## Work order
Only the count should appear in your answer: how many lines of the data below contain the word "Plane"?

(Source data begins)

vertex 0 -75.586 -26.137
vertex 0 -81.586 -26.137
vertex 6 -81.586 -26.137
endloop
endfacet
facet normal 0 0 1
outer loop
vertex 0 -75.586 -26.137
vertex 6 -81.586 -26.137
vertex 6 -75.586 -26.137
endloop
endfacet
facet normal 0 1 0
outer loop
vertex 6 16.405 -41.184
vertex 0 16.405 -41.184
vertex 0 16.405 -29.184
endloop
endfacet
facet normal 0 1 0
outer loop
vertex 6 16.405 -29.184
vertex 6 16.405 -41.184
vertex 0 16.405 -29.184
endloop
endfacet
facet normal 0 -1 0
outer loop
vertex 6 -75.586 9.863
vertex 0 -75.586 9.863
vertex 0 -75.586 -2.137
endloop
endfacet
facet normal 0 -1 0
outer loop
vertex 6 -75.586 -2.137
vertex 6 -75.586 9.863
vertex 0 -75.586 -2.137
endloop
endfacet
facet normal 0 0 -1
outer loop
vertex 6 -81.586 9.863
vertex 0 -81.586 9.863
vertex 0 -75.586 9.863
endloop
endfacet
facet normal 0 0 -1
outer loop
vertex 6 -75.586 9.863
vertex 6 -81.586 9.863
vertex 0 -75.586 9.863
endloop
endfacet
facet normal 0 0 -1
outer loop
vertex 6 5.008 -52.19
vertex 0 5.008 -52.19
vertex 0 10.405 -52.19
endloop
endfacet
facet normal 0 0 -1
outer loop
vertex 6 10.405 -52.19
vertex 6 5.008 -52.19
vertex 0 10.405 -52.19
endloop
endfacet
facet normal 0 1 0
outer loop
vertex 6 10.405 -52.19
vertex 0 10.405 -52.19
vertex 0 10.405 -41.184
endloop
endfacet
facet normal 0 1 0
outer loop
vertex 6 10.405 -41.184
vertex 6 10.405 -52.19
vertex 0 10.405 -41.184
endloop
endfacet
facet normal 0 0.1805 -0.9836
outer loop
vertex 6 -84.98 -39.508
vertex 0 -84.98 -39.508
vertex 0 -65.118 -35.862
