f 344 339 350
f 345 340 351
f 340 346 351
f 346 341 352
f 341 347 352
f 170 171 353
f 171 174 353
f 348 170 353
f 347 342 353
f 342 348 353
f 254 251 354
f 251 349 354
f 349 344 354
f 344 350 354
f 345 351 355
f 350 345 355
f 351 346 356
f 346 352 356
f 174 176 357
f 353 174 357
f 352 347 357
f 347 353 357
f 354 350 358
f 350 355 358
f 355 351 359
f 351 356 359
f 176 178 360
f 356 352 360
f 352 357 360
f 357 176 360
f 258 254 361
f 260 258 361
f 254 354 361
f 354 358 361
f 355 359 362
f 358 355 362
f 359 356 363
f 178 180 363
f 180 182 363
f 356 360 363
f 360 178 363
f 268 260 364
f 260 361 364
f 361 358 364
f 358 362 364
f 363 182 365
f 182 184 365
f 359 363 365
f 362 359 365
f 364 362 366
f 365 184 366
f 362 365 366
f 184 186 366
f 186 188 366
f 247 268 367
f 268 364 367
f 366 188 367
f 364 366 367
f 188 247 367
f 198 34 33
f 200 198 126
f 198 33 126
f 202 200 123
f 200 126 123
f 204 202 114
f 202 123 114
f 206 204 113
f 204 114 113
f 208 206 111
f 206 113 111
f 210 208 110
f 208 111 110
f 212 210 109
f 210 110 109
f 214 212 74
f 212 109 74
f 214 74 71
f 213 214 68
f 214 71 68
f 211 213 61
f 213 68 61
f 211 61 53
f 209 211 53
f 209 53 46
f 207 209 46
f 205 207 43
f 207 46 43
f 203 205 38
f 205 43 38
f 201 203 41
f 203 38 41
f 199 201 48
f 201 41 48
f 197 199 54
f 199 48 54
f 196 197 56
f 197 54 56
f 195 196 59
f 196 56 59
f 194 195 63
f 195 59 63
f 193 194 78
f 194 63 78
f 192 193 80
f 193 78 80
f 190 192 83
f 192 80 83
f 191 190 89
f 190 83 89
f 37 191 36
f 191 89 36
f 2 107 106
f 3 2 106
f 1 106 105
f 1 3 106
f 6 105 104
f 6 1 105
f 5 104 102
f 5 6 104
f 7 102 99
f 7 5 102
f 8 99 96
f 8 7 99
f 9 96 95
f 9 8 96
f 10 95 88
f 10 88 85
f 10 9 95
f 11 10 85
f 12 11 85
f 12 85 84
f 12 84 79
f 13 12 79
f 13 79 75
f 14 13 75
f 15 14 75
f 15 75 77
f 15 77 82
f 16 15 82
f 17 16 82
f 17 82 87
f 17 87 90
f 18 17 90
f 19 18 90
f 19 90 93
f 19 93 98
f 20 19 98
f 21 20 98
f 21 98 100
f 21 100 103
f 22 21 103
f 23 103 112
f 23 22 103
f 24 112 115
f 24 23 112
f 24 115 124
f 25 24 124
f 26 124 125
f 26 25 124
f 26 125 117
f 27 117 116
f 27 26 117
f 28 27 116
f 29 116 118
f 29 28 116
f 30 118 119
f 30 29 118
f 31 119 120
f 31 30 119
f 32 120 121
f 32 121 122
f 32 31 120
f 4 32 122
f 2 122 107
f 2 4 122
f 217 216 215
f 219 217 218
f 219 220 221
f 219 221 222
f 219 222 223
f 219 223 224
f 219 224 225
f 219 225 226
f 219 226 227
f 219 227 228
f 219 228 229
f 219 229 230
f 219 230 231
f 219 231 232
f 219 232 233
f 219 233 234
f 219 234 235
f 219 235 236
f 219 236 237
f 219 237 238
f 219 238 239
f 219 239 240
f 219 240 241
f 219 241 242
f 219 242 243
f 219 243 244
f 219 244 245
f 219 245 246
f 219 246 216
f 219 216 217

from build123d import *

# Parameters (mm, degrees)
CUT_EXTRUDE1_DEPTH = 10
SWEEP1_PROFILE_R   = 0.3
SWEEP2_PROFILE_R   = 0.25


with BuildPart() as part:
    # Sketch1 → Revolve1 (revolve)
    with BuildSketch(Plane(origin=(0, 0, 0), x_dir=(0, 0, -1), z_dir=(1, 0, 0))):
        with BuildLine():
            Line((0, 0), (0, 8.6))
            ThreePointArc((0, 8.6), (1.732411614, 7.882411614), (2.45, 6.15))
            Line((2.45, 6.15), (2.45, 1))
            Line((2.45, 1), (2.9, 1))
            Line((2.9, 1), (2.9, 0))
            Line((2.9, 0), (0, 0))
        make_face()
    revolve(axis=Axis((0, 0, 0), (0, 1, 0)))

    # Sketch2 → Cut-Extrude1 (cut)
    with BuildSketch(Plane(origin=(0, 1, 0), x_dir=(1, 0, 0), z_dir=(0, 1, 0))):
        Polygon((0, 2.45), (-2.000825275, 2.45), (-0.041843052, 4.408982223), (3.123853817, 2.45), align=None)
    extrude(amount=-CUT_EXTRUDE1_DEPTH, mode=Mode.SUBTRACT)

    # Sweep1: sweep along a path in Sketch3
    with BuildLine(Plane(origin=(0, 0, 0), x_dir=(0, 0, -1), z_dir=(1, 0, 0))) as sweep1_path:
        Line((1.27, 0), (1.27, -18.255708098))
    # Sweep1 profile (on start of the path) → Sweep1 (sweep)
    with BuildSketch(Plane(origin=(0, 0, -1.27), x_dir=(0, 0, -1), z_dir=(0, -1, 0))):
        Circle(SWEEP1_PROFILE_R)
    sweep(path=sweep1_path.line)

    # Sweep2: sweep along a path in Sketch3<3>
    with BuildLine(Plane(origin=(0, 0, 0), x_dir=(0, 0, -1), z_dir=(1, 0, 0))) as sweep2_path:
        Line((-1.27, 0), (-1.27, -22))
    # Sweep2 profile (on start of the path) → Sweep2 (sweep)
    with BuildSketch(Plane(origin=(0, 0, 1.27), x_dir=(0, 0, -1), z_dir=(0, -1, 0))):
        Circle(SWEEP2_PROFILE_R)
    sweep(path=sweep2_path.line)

(Source data ends)

## Task answer
6